Skocz do zawartości

Polityka wewnętrzna


Icon

Rekomendowane odpowiedzi

bezdomność też z czegoś się bierze (najczęściej alkoholizm i lenistwo)

 

ale wiesz, że to nieprawda, a na ten temat akurat jest dużo badań i gdybyś sięgnął do jakichkolwiek danych a nie posługiwał się swoimi wrażeniami to może dowiedziałbyś się czegoś na ten temat. np. tego że alkoholizm/narkomania są w znacznej większości skutkiem a nie przyczyną bezdomności.

Odnośnik do komentarza

Dla mnie główną wadą tego programu jest to, że z wielkim prawdopodobieństwem można stwierdzić, iż nie przyniesie on głównego zakładanego efektu (gdyż podobne i mocniej dotowane programy na zachodzie z reguły miały mizerny skutek). Za to jako program socjalny nie spełnia podstawowych założeń, bo kierowany jest również do klasy średniej, a do bezdzietnych biednych już nie (chociaż przynajmniej zredukuje ubóstwo na które narażone są wielodzietne rodziny). Osobną kwestią pozostaje koszt i czy to akurat najpilniejszy program, który należało uruchomić.

 

I nie każdy lewak musi popierać każdy system redystrybucji, bo w myśl tego powinno się wspierać rozrzucanie pieniędzy z helikopterów.

Odnośnik do komentarza

na razie nie wiemy, czy kasa z 500+ pójdzie na spłaty chwilówek, czy wróci na rynek.

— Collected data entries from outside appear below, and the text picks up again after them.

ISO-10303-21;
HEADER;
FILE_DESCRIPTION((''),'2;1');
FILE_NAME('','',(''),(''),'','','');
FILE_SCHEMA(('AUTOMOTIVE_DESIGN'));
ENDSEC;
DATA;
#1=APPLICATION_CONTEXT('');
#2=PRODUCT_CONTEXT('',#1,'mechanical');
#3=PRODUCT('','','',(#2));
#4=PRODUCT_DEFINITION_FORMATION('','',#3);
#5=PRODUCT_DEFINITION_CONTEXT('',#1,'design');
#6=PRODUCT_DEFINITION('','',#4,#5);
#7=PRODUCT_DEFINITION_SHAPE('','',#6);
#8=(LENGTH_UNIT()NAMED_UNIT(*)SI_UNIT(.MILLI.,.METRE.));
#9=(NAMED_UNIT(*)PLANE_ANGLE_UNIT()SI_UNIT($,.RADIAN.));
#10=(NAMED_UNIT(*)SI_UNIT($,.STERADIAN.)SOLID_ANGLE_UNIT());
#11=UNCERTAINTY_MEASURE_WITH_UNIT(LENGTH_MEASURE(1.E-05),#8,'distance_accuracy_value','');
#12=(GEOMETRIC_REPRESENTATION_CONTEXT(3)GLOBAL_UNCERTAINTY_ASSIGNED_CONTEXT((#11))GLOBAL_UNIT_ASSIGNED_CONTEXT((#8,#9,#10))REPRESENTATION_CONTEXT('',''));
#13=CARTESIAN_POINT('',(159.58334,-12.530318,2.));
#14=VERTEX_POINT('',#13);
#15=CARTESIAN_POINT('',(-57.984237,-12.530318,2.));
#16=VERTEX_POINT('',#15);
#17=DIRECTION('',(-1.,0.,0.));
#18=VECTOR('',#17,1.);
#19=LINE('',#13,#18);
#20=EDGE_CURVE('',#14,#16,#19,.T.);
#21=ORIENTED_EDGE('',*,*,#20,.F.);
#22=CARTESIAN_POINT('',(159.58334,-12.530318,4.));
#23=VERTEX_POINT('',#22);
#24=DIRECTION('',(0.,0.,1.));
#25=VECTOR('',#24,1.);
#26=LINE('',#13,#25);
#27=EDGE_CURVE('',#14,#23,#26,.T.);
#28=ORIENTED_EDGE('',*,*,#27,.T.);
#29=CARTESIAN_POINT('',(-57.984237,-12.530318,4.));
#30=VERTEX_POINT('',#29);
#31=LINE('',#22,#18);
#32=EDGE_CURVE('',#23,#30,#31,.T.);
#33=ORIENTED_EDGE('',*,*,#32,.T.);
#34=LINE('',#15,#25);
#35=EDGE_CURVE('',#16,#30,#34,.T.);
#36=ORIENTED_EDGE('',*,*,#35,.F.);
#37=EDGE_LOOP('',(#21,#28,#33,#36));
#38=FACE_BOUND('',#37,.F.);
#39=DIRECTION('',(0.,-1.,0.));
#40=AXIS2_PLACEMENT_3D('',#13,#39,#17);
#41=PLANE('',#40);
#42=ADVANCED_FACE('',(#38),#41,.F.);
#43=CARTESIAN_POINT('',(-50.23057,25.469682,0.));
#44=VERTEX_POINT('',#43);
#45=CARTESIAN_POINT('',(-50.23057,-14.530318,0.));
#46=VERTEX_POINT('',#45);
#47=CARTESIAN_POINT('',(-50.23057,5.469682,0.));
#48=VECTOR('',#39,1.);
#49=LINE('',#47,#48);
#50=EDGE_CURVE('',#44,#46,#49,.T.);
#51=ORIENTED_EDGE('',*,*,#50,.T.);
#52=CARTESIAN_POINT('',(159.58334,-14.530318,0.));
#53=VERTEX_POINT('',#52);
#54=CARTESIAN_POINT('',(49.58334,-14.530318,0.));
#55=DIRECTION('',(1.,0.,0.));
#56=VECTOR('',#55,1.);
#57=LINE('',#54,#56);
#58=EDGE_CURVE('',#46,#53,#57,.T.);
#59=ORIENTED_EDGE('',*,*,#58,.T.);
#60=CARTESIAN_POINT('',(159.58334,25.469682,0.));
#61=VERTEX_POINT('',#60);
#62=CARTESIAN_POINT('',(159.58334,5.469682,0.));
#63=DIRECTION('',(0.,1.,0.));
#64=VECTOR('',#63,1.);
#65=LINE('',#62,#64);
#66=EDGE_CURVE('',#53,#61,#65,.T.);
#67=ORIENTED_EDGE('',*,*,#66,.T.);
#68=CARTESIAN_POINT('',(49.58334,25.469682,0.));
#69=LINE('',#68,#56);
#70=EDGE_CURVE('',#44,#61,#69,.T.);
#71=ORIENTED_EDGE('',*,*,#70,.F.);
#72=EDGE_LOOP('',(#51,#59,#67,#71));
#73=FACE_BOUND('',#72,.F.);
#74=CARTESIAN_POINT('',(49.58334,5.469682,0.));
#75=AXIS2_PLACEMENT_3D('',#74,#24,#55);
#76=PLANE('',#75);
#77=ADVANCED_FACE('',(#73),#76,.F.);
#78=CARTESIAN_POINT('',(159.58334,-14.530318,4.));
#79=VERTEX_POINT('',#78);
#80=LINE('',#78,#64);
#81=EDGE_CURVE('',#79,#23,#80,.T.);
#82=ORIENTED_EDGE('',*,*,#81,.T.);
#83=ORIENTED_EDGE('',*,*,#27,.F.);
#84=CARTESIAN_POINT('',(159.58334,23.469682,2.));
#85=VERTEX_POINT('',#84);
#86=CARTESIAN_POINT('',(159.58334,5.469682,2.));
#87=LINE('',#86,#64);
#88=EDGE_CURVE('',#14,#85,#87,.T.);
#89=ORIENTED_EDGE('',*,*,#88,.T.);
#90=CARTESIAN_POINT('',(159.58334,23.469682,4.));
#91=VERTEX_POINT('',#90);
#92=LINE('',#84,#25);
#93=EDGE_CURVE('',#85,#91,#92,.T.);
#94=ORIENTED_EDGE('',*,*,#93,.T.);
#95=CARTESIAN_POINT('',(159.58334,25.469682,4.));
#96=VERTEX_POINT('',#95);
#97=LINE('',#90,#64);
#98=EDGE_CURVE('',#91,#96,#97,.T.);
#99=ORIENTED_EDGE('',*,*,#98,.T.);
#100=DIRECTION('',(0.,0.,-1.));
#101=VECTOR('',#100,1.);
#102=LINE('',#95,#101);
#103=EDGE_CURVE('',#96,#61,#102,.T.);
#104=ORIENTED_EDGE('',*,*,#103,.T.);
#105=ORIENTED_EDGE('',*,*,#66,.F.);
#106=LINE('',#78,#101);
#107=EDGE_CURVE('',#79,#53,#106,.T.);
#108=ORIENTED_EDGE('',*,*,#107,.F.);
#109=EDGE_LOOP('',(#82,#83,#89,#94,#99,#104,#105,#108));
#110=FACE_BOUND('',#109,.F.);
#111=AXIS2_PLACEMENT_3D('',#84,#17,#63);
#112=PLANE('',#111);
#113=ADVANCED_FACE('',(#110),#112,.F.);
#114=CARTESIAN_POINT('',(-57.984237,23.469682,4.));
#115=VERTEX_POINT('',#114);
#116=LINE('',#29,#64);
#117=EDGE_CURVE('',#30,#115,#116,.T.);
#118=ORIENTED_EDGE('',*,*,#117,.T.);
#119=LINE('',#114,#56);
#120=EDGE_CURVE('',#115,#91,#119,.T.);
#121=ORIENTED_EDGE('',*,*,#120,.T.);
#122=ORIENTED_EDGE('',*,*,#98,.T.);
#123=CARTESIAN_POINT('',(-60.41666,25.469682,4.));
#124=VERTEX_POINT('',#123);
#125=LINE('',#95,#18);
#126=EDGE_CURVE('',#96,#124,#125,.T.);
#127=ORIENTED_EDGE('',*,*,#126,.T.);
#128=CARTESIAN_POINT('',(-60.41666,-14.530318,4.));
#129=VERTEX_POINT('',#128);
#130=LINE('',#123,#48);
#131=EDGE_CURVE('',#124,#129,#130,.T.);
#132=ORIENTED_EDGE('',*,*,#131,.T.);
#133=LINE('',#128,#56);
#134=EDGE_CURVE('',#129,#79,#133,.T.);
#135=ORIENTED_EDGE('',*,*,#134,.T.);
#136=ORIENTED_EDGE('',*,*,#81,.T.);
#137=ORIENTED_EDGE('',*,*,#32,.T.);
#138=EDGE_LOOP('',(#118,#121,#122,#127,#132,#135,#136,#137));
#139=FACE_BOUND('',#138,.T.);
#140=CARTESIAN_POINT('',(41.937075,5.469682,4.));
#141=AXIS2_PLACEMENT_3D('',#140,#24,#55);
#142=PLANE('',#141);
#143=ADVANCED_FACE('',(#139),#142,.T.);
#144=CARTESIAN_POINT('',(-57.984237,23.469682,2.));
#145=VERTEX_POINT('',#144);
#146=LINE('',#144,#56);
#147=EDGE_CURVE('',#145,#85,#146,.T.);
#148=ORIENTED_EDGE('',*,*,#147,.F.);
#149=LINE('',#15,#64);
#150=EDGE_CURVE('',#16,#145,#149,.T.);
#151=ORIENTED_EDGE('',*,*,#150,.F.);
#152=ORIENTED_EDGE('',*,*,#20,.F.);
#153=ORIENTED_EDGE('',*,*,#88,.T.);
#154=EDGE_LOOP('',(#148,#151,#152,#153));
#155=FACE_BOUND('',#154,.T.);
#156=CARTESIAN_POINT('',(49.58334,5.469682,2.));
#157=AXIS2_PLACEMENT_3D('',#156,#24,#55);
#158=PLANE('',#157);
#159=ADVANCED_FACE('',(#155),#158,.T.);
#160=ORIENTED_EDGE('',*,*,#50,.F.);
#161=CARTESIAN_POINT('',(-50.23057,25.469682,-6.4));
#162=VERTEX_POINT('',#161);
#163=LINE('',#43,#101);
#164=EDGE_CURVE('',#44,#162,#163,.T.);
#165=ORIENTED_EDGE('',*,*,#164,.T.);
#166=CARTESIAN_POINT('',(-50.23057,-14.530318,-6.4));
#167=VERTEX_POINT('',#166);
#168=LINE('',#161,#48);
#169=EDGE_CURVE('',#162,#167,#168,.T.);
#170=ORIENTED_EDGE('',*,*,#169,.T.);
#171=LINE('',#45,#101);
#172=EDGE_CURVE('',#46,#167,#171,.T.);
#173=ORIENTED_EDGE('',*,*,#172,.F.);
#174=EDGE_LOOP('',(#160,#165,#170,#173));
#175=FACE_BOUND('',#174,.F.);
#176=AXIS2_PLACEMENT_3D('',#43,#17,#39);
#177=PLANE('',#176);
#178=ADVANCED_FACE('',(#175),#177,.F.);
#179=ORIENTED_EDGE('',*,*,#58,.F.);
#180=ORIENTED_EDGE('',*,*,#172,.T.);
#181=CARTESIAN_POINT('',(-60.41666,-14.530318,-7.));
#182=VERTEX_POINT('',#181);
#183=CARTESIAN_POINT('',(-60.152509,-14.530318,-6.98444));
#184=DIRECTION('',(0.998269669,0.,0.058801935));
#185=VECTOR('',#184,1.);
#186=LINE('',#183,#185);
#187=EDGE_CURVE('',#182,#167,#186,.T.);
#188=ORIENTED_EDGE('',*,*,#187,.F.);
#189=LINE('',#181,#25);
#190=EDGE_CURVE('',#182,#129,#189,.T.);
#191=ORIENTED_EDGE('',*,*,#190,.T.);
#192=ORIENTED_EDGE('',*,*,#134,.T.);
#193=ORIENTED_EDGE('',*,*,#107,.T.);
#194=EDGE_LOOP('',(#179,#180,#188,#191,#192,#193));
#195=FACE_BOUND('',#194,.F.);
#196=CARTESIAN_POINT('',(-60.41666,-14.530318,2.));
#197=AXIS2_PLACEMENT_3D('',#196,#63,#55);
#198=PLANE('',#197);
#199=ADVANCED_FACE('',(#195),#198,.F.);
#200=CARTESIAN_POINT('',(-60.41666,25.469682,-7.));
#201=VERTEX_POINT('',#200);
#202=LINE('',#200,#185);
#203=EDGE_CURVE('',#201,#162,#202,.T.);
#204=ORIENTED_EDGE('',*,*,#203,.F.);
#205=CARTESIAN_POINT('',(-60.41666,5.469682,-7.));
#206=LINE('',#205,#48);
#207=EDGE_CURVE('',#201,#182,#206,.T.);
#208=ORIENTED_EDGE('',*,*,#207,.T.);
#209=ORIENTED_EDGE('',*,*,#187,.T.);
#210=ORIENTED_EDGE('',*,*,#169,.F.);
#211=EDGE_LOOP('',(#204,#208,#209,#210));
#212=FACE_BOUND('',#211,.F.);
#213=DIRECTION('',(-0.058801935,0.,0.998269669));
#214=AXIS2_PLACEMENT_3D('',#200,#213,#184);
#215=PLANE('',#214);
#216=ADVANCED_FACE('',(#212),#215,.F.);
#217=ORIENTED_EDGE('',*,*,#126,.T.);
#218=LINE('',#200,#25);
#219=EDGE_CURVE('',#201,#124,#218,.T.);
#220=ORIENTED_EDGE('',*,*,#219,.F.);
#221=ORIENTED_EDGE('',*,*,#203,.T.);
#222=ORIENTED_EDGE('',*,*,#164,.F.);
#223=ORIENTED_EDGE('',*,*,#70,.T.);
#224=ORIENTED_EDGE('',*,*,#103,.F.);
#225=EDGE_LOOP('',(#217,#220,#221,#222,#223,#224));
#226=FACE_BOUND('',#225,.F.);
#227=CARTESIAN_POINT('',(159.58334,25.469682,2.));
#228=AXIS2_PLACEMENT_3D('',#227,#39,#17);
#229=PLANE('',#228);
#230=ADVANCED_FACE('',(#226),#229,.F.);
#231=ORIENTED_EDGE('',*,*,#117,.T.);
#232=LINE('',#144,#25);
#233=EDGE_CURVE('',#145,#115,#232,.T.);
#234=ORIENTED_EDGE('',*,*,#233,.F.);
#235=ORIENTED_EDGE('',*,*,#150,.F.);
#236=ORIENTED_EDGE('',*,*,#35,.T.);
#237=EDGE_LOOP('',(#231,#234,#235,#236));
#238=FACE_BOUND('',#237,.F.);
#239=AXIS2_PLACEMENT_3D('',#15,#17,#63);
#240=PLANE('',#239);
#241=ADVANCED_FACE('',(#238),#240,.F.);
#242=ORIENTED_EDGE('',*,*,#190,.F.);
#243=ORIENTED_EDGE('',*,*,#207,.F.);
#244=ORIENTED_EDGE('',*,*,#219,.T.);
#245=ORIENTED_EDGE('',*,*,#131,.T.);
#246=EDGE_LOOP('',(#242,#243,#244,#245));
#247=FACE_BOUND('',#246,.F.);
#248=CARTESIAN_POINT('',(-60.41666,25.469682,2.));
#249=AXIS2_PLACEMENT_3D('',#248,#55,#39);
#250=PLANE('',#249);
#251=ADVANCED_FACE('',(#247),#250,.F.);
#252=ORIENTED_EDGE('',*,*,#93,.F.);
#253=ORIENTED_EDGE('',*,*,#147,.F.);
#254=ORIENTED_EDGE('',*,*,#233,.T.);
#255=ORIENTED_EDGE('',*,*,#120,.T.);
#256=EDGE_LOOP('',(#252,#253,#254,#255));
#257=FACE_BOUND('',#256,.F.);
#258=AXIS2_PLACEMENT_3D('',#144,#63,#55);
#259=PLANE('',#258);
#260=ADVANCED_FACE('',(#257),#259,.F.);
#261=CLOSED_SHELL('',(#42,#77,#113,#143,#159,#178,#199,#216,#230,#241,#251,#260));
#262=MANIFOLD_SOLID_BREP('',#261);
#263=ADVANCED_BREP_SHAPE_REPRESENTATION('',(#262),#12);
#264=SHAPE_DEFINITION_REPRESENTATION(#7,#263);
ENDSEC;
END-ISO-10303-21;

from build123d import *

# Parameters (mm, degrees)
F0_W     = 220
F0_H     = 40
F1_DEPTH = 2
F2_W     = 10.18609
F2_H     = 40
F3_DEPTH = 7
F5_DEPTH = 2
F7_DEPTH = 40.001


with BuildPart() as f1:
    # F0 (on Top) → F1 (new body)
    with BuildSketch(Plane.XY):
        with Locations((49.58334, 5.469682)):
            Rectangle(F0_W, F0_H)
    extrude(amount=F1_DEPTH)

    # F2 (on face) → F3 (join)
    with BuildSketch(Plane(origin=(0, 0, 0), x_dir=(1, 0, 0), z_dir=(0, 0, -1))):
        with Locations((-55.323615, -5.469682)):
            Rectangle(F2_W, F2_H)
    extrude(amount=F3_DEPTH)

    # F4 (on face) → F5 (join)
    with BuildSketch(Plane.XY.offset(2)):
        Polygon((159.58334, 25.469682), (-60.41666, 25.469682), (-60.41666, -14.530318), (159.58334, -14.530318), (159.58334, -12.530318), (-57.984237, -12.530318), (-57.984237, 23.469682), (159.58334, 23.469682), align=None)
    extrude(amount=F5_DEPTH)

    # F6 (on face) → F7 (cut, through all)
    with BuildSketch(Plane(origin=(0, 25.469682, 0), x_dir=(-1, 0, 0), z_dir=(0, 1, 0))):
        Polygon((50.23057, -6.4), (50.23057, -7), (60.41666, -7), align=None)
    extrude(amount=-F7_DEPTH, mode=Mode.SUBTRACT)


solid = f1.part
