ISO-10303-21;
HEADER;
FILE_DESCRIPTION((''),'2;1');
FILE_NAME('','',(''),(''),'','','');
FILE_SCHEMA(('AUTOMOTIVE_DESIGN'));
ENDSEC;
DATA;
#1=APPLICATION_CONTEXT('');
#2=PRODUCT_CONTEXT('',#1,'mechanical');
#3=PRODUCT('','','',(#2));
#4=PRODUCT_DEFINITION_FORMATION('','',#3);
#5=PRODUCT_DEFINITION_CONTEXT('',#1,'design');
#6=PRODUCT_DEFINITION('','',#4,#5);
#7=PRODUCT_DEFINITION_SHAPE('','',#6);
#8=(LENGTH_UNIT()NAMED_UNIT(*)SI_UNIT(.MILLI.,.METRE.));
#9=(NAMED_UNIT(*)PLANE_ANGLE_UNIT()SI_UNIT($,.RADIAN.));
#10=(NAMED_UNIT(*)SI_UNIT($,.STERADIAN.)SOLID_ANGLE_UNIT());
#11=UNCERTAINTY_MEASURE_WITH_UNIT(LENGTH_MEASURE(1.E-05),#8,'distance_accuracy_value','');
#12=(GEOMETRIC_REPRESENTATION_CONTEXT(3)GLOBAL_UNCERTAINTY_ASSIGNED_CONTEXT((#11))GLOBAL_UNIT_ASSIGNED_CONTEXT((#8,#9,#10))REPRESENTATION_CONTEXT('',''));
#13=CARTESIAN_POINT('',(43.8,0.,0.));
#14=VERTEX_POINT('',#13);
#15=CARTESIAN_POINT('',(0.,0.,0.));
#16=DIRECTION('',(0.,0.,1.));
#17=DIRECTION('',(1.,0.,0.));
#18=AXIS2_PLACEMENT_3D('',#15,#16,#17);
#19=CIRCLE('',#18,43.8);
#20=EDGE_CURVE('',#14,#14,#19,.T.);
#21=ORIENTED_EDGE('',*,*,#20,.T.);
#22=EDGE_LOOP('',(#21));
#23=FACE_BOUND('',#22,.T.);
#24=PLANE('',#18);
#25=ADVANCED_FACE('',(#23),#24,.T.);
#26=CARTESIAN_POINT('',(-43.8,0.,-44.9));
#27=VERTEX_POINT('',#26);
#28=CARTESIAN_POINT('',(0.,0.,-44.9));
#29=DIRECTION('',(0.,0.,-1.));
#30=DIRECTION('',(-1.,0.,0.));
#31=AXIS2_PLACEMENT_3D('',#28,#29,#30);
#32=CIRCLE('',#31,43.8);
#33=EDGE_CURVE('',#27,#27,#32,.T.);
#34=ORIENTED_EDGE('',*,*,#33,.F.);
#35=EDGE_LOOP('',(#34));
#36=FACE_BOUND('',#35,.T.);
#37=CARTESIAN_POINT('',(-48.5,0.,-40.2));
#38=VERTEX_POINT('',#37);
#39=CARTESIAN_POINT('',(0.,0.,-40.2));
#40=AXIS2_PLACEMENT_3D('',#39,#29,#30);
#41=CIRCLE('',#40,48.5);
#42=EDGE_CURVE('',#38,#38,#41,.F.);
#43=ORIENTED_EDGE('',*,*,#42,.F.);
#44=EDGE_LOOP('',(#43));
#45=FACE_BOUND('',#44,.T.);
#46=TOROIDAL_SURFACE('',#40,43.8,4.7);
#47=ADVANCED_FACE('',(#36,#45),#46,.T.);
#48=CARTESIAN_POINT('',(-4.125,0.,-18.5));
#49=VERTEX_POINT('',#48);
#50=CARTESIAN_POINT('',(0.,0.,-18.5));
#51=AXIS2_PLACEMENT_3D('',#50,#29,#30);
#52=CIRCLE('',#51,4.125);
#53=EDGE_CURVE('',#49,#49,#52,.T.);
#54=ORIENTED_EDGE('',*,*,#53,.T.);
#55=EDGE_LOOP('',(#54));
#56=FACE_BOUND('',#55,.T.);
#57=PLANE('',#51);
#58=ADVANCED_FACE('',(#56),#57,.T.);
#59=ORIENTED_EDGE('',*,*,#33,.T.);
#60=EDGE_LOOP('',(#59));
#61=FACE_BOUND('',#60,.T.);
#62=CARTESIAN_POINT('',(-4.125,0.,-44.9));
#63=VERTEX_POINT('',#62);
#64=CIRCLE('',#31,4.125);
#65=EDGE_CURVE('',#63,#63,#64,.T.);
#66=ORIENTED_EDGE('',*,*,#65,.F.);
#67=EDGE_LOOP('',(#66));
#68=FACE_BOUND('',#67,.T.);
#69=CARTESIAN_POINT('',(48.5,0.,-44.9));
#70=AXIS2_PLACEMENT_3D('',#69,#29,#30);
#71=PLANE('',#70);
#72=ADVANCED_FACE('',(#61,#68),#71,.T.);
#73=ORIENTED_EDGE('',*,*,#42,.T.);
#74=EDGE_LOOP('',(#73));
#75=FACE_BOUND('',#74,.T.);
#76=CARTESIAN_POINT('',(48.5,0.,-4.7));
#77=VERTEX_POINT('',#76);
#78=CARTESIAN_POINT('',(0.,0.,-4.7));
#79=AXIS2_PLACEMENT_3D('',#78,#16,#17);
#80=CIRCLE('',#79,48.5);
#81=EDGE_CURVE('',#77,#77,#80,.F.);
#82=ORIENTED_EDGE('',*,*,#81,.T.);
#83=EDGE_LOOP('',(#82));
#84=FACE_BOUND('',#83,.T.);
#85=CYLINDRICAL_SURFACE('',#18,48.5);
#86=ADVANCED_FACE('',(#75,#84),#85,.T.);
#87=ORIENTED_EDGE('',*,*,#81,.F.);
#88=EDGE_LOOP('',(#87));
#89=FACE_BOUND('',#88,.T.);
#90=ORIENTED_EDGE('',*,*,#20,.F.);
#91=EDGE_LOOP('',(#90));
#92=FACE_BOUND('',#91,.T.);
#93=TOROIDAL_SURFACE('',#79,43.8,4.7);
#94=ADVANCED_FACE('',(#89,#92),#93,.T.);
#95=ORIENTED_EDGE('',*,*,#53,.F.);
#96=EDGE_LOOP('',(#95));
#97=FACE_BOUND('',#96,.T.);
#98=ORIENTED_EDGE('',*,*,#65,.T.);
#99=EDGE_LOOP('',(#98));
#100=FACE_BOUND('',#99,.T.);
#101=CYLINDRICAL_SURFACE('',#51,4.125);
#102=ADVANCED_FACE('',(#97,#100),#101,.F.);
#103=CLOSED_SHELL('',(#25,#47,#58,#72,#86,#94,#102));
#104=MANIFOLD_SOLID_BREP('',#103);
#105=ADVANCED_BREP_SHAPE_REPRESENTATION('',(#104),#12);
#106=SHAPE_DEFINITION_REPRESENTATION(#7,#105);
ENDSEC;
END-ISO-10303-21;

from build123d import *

# Parameters (mm, degrees)
SKETCH1_W          = 48.5
SKETCH1_H          = 44.9
SKETCH2_R          = 4.125
CUT_EXTRUDE1_DEPTH = 26.4
FILLET1_R          = 4.7


with BuildPart() as part:
    # Sketch1 → Revolve1 (revolve)
    with BuildSketch(Plane(origin=(0, 0, 0), x_dir=(1, 0, 0), z_dir=(0, 1, 0))):
        with Locations((24.25, 22.45)):
            Rectangle(SKETCH1_W, SKETCH1_H)
    revolve(axis=Axis((0, 0, 0), (0, 0, -1)))

    # Sketch2 → Cut-Extrude1 (cut)
    with BuildSketch(Plane(origin=(0, 0, -44.9), x_dir=(-1, 0, 0), z_dir=(0, 0, -1))):
        Circle(SKETCH2_R)
    extrude(amount=-CUT_EXTRUDE1_DEPTH, mode=Mode.SUBTRACT)

    # Fillet1
    fillet1_edges = [part.edges().sort_by_distance(p)[0] for p in [
        (-48.5, 0, -44.9),
        (-48.5, 0, 0),
    ]]
    fillet(fillet1_edges, radius=FILLET1_R)


solid = part.part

dowiemy się pewnie z pół roku po ruszeniu programu. podobne programy wprowadzane w innych państwach różnie działały więc teraz możemy tylko gdybać. chociaż wszelkie dostępne analizy stanu zadłużenia polskiego społeczeństwa sugerują, że głównymi beneficjentami tego programu będzie Provident i inne Vivusy niestety... ja w każdym razie trzymam kciuki, chociaż absolutnie nie wierzę w lewicowość PiSu i wg mnie ten program to jedynie marchewka mająca na celu zdobycie kilku (przynajmniej) dodatkowych procent głosów w każdych kolejnych wyborach. 'bo ci dali, a tamci panie to tylko zabierali'.

miarą 'lewicowości' PiSu jest (dla mnie) poparcie np. TTiP ustami wicepremiera Morawieckiego, zaledwie kilka dni po tym jak nadpremier Kaczyński powiedział, że PiS stoi po stronie ludzi, a nie korporacji, czy wspomnienie jakże 'socjalnej' Zyty.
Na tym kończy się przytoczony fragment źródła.